Sweet i am using it now... only found 30 ad in one day and my second one found only 14 ... what happen to it??

----------


## [ Prototype ]

Mate, I've reg'd in your name on Bux.to . 
I already have a AdBux account ..

Thanks again. It's.. GREAT!  :Big Grin:

----------


## minifss

I just made my accounts, +rep to you!

----------


## youwish

> Sweet i am using it now... only found 30 ad in one day and my second one found only 14 ... what happen to it??


That does sound kindda wierd. Did they run them both at the same time?





> Mate, I've reg'd in your name on Bux.to . 
> I already have a AdBux account ..
> 
> Thanks again. It's.. GREAT!


Im glad its helping someone. I've always hated to play for a game monthly (stupid blizzard), which is why i started this in the first place :P. Now i can play without cursing every time i see my credit card bill  :Big Grin:

----------


## spartan646

i had trouble making more than one account, when i went to register more it said only one account per computer. i then searched for a proxy to try it on, didnt work, so i tried a different site Proxy.org - The Proxy Authority to be exact which gives a list of websites to try your search on.... a couple worked, some said when u tried to enter the verification code, that it was wrong (even though you triple checked multiple ones for different tries) so if that happens to you just pick another one off the list and try again

----------


## Phygar

Ionly get about 15 ads a day. How much do you get? I thought that that was normal.

----------


## aznboy

Yeah they both ran at the same time... and now i have 15 each and i only have 2 account and can you send me a guide on how you make money??

----------


## youwish

You cant make alot of money in the short term. All the methods for more money require quite some time to become good. Anyways:

1. Go sign up with multiple accounts. Login to your first account and find your referal link. Then copy the link and logout. Then go to your referal link (you can find this in your stats area) and sign up with some more accounts. Run 1 bot for each account and you'll make alot more than if you only ran 1 account. 

2. Use your earnings to buy referals. After you have earned enough on the sites you can use your money to buy referals on the sites. (under upgrade account i think). Whenever a referal click a link you'll get money aswell. But ofcourse might get unlucky and get some referals who arent active at all, and then the money is kindda wasted. So its all down to luck basicly. But if you get some good active referals you can earn alot of money in the long run.

3. Upgrade your account with your earnings. When you upgrade your account you get more money for each link. And you also get more money for each link your referals click.

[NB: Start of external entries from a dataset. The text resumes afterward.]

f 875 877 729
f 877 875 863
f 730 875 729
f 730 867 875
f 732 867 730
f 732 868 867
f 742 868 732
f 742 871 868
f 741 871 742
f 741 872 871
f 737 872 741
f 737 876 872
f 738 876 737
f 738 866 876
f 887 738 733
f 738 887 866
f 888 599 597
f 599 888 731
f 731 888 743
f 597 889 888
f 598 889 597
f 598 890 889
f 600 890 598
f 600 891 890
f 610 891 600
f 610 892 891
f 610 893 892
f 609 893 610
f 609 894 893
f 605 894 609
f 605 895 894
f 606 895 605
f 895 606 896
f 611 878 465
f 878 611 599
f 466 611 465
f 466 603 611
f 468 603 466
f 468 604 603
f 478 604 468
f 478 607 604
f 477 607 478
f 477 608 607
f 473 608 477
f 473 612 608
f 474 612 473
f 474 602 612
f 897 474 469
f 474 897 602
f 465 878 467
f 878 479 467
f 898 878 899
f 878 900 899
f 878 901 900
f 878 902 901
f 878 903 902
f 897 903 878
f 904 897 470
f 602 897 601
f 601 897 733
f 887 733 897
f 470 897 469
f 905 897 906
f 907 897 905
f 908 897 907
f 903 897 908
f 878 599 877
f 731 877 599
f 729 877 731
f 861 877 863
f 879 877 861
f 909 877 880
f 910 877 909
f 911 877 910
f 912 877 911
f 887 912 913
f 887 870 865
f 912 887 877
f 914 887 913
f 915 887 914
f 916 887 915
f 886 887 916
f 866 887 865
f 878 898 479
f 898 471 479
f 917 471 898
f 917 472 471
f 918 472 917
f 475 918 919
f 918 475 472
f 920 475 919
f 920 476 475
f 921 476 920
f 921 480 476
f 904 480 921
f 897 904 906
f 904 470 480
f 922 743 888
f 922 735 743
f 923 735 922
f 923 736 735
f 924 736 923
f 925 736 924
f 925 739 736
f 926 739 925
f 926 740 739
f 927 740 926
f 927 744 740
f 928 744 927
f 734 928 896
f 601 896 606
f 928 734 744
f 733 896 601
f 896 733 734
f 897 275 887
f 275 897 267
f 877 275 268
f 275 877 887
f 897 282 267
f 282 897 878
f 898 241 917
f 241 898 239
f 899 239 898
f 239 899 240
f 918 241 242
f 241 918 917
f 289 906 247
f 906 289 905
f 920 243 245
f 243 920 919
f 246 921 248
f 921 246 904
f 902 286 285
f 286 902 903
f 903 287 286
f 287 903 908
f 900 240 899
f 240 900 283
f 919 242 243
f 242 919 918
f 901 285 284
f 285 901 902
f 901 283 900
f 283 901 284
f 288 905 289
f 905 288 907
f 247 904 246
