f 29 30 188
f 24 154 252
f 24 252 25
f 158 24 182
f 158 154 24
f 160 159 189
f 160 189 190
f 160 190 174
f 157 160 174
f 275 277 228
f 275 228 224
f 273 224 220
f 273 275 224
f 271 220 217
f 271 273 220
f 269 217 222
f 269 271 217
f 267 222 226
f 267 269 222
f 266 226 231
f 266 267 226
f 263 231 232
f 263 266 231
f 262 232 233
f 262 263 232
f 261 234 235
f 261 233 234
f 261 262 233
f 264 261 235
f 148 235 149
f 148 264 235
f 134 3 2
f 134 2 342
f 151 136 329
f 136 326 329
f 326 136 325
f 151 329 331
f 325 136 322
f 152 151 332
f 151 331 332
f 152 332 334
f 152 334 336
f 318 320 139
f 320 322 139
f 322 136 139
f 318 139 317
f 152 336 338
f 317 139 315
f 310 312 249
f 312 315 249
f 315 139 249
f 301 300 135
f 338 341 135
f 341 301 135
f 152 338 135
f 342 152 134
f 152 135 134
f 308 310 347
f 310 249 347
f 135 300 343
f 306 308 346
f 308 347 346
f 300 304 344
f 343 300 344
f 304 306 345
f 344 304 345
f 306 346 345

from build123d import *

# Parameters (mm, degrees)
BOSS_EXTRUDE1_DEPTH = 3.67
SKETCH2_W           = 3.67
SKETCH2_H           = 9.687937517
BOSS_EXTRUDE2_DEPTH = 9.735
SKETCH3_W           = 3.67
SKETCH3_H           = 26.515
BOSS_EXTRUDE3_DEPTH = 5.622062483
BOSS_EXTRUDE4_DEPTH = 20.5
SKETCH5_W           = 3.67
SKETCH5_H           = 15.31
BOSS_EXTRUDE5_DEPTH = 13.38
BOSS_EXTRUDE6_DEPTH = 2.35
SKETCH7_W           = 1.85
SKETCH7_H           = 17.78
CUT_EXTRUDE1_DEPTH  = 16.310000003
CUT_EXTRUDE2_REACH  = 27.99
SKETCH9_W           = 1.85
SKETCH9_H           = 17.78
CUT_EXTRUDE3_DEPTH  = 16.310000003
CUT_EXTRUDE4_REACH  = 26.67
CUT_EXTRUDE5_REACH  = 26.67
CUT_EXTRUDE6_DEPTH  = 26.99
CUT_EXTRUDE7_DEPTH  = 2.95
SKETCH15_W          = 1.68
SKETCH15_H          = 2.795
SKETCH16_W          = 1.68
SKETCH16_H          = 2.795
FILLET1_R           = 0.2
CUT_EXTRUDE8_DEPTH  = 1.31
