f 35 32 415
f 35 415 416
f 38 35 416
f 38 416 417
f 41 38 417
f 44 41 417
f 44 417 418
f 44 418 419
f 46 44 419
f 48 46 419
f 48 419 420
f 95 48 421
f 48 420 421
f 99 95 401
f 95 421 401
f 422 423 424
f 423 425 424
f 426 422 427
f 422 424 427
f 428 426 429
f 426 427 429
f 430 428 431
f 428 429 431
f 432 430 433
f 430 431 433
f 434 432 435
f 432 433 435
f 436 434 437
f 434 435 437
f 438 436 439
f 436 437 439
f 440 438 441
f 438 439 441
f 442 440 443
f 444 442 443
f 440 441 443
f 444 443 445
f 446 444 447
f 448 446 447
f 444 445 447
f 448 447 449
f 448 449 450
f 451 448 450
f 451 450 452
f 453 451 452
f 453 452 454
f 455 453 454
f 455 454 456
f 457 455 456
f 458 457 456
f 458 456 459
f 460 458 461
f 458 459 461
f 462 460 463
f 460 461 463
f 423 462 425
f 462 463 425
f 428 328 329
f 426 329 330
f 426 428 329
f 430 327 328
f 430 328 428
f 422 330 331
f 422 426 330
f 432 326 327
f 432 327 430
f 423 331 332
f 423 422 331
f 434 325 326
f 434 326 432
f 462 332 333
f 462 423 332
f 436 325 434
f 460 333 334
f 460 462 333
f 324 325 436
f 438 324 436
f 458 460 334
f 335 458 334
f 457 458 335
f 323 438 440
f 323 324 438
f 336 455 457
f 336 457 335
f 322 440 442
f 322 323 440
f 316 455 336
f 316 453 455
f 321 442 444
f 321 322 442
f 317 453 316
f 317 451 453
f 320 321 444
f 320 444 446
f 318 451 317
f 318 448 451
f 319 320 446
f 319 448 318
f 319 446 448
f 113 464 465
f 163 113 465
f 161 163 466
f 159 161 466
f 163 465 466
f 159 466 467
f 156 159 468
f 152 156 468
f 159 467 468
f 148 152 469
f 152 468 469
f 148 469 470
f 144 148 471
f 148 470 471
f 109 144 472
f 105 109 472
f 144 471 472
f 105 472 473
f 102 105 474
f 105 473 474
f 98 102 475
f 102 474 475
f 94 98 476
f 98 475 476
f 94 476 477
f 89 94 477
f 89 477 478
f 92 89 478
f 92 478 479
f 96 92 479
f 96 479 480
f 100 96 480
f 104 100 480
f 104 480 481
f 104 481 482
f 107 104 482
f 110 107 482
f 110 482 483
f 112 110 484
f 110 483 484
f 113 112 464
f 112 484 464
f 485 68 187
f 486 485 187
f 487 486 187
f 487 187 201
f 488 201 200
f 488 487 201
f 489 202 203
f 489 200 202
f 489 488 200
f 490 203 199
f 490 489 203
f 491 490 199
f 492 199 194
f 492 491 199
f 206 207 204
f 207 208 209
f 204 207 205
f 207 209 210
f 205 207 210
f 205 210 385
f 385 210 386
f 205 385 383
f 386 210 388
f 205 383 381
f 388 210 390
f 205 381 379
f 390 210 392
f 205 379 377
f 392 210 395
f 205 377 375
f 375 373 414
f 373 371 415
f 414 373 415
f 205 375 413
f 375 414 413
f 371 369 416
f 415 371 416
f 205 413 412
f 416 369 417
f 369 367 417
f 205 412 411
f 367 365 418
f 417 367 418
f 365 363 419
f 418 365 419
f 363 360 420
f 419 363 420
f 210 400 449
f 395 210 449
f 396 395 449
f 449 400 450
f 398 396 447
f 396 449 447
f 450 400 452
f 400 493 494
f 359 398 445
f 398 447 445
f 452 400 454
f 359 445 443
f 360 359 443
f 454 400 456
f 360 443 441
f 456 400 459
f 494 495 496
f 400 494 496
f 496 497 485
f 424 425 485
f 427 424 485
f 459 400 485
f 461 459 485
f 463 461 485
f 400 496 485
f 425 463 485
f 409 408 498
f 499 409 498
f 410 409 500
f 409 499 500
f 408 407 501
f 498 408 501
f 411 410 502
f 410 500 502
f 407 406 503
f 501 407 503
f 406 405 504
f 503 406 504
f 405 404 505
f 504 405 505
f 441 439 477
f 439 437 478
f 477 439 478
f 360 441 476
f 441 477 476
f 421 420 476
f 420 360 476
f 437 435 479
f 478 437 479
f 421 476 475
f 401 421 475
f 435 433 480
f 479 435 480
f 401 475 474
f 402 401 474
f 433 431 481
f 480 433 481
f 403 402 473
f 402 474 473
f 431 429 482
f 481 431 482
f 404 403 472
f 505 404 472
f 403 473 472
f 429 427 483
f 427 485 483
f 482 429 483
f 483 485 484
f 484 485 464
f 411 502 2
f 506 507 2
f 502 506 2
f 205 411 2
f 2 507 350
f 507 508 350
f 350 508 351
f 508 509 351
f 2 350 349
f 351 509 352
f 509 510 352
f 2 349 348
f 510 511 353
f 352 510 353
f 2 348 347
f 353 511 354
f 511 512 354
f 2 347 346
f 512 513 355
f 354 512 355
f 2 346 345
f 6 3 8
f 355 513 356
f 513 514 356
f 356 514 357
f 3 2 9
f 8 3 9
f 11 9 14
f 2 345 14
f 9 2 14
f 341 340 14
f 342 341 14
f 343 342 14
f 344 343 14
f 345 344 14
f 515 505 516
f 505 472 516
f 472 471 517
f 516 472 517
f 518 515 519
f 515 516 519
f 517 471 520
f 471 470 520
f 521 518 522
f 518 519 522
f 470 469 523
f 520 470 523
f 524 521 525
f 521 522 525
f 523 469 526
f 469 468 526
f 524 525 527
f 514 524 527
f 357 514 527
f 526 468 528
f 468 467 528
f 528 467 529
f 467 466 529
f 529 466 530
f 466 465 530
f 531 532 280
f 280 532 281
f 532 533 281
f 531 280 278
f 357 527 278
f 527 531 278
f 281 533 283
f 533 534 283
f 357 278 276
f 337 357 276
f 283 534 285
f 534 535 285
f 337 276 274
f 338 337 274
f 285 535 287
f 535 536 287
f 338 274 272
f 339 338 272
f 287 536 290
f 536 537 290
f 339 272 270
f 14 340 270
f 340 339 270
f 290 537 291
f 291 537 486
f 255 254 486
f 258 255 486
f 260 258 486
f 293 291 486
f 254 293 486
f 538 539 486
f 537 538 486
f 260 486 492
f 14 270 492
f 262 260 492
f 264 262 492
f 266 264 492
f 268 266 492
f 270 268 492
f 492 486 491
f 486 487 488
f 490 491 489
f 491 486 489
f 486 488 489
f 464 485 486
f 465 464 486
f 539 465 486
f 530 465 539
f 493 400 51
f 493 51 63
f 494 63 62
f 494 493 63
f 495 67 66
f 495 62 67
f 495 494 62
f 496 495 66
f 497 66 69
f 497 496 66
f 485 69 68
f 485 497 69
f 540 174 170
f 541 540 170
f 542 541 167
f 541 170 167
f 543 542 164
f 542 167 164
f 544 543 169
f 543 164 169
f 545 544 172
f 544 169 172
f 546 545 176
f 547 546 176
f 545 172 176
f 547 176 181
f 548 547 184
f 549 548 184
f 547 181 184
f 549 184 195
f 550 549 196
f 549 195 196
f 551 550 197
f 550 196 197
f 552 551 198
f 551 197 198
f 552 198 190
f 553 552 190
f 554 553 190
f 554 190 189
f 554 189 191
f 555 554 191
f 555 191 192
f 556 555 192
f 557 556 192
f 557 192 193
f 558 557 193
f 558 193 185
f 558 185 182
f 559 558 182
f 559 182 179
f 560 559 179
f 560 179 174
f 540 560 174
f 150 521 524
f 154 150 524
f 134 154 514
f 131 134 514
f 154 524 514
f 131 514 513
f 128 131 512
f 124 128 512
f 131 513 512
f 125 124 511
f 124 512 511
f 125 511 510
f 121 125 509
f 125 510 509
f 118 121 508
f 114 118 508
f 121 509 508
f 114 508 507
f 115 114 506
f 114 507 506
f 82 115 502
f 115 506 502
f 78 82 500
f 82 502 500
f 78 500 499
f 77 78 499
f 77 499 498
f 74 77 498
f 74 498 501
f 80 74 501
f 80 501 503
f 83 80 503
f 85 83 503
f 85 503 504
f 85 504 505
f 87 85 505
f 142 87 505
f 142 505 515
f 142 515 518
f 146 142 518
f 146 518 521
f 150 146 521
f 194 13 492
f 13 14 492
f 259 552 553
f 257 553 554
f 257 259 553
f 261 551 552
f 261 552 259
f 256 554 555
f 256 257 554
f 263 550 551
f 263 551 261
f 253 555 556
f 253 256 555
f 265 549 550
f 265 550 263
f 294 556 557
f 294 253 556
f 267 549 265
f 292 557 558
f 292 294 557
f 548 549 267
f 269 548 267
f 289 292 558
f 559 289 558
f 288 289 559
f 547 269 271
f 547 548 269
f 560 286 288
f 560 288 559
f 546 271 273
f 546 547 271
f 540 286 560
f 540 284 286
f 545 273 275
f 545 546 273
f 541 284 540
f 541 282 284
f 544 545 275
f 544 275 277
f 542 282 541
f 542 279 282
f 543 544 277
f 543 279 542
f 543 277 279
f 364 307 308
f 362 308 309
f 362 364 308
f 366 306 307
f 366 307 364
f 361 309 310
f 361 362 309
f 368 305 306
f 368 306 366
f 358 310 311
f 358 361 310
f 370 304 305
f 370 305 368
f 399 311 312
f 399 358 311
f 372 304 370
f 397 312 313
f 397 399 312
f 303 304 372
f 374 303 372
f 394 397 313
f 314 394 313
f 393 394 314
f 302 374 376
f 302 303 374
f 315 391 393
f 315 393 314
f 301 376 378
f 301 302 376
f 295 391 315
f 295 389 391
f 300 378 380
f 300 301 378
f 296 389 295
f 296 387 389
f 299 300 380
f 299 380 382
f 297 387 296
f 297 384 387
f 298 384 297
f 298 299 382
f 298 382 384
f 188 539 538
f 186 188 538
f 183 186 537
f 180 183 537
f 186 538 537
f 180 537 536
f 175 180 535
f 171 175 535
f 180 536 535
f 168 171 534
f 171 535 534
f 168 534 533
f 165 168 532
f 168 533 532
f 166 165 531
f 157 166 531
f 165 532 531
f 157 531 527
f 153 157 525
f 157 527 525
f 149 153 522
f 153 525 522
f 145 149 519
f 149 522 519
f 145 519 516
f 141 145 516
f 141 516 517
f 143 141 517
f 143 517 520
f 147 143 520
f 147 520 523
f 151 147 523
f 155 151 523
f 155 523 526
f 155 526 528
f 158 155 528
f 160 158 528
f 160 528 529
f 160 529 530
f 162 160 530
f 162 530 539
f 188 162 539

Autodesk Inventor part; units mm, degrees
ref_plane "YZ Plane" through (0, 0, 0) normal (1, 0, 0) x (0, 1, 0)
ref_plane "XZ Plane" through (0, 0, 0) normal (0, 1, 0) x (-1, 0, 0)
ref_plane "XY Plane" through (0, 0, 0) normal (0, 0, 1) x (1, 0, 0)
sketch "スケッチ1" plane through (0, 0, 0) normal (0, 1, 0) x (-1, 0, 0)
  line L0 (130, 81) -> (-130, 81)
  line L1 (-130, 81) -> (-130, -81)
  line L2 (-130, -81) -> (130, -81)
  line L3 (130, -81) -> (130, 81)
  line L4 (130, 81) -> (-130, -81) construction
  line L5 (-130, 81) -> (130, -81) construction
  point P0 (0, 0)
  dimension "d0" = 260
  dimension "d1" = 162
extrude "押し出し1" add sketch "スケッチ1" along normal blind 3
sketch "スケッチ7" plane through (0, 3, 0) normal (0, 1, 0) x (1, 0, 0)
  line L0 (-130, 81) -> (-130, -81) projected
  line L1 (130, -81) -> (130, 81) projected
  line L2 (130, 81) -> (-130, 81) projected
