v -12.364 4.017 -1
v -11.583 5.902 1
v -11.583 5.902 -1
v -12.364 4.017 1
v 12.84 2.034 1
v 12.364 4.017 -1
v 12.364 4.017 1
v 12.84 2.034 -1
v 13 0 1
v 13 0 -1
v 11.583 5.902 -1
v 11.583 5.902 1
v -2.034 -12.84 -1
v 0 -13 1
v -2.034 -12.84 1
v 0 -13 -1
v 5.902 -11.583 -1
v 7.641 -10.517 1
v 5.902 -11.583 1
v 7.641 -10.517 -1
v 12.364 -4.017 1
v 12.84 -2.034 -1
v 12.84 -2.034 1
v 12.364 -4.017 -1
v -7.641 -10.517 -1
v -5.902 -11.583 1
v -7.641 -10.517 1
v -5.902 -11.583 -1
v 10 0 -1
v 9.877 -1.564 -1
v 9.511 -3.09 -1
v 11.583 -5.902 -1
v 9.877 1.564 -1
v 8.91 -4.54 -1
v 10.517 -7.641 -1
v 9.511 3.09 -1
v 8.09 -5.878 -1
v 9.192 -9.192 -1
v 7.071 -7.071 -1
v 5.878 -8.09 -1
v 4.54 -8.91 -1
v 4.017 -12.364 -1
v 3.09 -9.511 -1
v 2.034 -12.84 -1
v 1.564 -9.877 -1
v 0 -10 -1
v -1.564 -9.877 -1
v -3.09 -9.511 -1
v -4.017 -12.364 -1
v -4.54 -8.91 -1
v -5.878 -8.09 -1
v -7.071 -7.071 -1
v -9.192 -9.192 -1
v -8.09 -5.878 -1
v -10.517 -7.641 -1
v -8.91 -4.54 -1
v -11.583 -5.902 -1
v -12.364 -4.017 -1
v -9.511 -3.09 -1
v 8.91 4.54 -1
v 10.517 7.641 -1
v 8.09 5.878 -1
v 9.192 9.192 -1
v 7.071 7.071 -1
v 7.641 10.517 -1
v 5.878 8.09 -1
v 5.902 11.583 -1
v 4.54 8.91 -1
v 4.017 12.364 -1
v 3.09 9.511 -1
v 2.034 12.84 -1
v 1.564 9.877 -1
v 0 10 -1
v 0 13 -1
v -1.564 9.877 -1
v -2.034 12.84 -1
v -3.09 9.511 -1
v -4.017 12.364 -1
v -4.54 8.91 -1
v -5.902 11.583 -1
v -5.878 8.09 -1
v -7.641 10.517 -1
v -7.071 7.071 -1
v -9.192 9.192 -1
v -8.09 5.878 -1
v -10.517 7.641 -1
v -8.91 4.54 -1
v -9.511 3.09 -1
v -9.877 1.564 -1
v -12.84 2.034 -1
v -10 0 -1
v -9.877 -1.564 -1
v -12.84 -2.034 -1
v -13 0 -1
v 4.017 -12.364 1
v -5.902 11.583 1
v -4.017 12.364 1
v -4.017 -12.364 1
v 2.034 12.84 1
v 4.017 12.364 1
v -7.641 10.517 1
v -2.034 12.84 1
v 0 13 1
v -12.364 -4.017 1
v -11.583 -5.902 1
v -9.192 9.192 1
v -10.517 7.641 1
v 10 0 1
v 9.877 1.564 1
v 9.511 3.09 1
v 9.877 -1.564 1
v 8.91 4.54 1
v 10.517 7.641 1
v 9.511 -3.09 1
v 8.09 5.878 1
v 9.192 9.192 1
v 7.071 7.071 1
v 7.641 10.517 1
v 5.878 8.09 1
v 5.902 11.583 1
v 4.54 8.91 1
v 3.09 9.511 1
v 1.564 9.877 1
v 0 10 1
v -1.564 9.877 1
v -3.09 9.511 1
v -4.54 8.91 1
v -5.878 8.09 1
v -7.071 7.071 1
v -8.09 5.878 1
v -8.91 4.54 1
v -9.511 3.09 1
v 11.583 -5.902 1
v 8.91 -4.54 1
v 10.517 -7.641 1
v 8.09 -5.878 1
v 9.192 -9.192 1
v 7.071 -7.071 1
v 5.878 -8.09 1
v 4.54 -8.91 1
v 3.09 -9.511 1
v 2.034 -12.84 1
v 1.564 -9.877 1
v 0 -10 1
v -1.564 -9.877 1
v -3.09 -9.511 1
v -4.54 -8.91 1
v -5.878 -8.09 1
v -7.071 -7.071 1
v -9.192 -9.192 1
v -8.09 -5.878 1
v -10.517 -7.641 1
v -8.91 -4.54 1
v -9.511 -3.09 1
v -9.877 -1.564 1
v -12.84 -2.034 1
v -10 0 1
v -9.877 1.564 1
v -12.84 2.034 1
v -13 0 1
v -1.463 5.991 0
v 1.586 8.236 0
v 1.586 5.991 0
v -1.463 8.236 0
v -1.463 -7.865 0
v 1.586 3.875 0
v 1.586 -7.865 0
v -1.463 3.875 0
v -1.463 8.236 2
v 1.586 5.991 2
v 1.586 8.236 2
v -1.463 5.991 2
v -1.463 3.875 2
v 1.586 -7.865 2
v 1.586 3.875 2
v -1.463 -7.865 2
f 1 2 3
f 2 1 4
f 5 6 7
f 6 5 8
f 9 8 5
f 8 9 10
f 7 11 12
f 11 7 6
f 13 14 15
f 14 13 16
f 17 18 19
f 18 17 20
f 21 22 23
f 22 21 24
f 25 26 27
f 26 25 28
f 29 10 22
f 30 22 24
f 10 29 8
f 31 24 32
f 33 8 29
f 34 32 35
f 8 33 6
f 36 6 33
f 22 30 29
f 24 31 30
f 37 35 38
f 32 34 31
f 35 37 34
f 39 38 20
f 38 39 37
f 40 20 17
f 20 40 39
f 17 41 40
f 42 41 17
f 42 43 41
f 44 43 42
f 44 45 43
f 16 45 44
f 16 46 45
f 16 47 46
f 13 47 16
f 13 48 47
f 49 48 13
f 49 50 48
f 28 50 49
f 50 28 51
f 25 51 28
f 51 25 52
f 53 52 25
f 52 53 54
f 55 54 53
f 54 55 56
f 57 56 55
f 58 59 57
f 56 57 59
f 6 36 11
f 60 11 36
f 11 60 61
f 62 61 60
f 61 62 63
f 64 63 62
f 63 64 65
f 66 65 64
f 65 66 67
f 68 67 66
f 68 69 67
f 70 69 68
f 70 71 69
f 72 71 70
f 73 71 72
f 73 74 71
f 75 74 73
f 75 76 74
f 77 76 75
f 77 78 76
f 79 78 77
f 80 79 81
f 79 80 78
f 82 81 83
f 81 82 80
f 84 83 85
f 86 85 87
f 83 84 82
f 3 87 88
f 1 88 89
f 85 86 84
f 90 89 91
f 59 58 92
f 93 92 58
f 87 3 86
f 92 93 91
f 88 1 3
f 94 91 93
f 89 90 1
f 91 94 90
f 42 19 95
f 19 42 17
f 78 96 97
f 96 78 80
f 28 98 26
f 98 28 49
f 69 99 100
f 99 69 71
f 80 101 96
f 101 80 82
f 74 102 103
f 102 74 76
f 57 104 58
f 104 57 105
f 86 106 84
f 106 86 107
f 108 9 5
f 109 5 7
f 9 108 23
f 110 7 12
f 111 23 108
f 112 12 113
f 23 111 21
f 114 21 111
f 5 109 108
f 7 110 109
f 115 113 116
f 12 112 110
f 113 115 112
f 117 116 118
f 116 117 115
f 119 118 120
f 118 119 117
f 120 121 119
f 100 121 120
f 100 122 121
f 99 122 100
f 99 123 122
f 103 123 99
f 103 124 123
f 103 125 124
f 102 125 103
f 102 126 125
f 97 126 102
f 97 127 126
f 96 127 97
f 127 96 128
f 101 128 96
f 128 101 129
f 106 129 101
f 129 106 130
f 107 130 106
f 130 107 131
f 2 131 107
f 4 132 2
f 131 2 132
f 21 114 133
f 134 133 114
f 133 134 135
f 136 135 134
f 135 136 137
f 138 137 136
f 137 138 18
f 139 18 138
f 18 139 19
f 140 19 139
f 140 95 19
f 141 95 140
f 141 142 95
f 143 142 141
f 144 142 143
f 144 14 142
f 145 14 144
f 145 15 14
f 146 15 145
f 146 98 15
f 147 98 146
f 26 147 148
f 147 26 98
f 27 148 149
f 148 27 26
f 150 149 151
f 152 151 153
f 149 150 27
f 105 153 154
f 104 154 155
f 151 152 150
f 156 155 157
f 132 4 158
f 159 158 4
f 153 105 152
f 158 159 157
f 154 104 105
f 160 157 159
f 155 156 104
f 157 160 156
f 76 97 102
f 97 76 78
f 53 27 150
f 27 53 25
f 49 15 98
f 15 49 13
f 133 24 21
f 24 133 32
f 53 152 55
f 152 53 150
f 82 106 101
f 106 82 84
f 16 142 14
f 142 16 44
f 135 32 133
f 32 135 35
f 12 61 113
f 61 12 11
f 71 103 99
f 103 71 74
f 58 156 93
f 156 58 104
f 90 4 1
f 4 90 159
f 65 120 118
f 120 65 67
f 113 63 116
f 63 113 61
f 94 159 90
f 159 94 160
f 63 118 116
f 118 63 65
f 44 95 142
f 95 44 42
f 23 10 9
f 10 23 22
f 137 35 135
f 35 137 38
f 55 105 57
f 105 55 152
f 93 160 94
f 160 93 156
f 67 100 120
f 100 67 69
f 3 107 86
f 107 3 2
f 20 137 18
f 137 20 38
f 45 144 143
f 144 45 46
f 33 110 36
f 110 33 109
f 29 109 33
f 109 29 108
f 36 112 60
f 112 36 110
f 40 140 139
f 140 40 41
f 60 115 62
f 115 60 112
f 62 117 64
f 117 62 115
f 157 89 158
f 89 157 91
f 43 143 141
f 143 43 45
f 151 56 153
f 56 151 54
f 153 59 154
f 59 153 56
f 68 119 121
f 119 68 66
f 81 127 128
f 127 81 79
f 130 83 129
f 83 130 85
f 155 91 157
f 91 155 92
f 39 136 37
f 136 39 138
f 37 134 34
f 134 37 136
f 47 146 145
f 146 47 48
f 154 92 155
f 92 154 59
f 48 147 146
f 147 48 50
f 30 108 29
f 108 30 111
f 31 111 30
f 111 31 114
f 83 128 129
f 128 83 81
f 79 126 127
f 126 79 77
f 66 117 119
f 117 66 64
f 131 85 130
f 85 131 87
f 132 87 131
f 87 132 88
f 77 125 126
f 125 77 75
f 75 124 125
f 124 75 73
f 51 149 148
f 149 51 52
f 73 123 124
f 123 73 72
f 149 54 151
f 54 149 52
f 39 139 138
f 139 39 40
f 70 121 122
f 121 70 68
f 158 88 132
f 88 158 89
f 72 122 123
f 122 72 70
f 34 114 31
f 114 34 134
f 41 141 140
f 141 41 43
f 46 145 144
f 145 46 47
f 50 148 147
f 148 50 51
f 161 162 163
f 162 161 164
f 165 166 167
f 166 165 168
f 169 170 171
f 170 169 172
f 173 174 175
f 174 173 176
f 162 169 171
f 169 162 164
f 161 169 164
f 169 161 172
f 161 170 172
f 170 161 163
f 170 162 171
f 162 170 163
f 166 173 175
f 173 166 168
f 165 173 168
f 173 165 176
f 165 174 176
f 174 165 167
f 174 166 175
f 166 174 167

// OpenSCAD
module OpenInfoPanelIcon() {
  difference() {
    cylinder(r = 13, h = 2, center = true);
    cylinder(r = 10, h = 4, center = true);
  }
  linear_extrude(2)
    text("i", halign = "center", valign = "center", size = 16,
         font="Liberation Sans:style=Bold");
}

OpenInfoPanelIcon($fn = 40);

But this is all long term. Only way you can boost your earnings right away is to make a lot of accounts on each site  :Smile:

----------


## spartan646

does anyones elses autoclickers get connection timed out? and they stop

----------


## youwish

> does anyones elses autoclickers get connection timed out? and they stop


Just click "start" again if it happens. Happens every once in a while if you get some connection lag from downloading or similar. But its pretty rare for me

----------


## aznboy

How can i make more account?? they say only one account per computer and they wont let me long in my first one again

----------


## youwish

> How can i make more account?? they say only one account per computer and they wont let me long in my first one again


I havent tried it myself. But here's a quote from earlier in this thread:




> i had trouble making more than one account, when i went to register more it said only one account per computer. i then searched for a proxy to try it on, didnt work, so i tried a different site Proxy.org - The Proxy Authority to be exact which gives a list of websites to try your search on.... a couple worked, some said when u tried to enter the verification code, that it was wrong (even though you triple checked multiple ones for different tries) so if that happens to you just pick another one off the list and try again



Try it and see if it works  :Smile: . Or try some other proxy site. I havent tested it myself so cant really comment on it.

----------


## aznboy

i have 3 account and 8 refferal.. is that good enough?

----------


## general_salsa

lol i only get 10 ads a day.

----------


## spartan646

i dont get much from adbux, but i get a lot from bux, i have 4 accounts refering one atm, might make some more... which will increase my chance of getting my account closed i suppose

----------


## aznboy

You should stick to the four account taht is good enough

----------


## youwish

Adbux used to give alot. They are currently in a slow period, but they have promised to get alot of ads again soon. Hopefully they keep their word. 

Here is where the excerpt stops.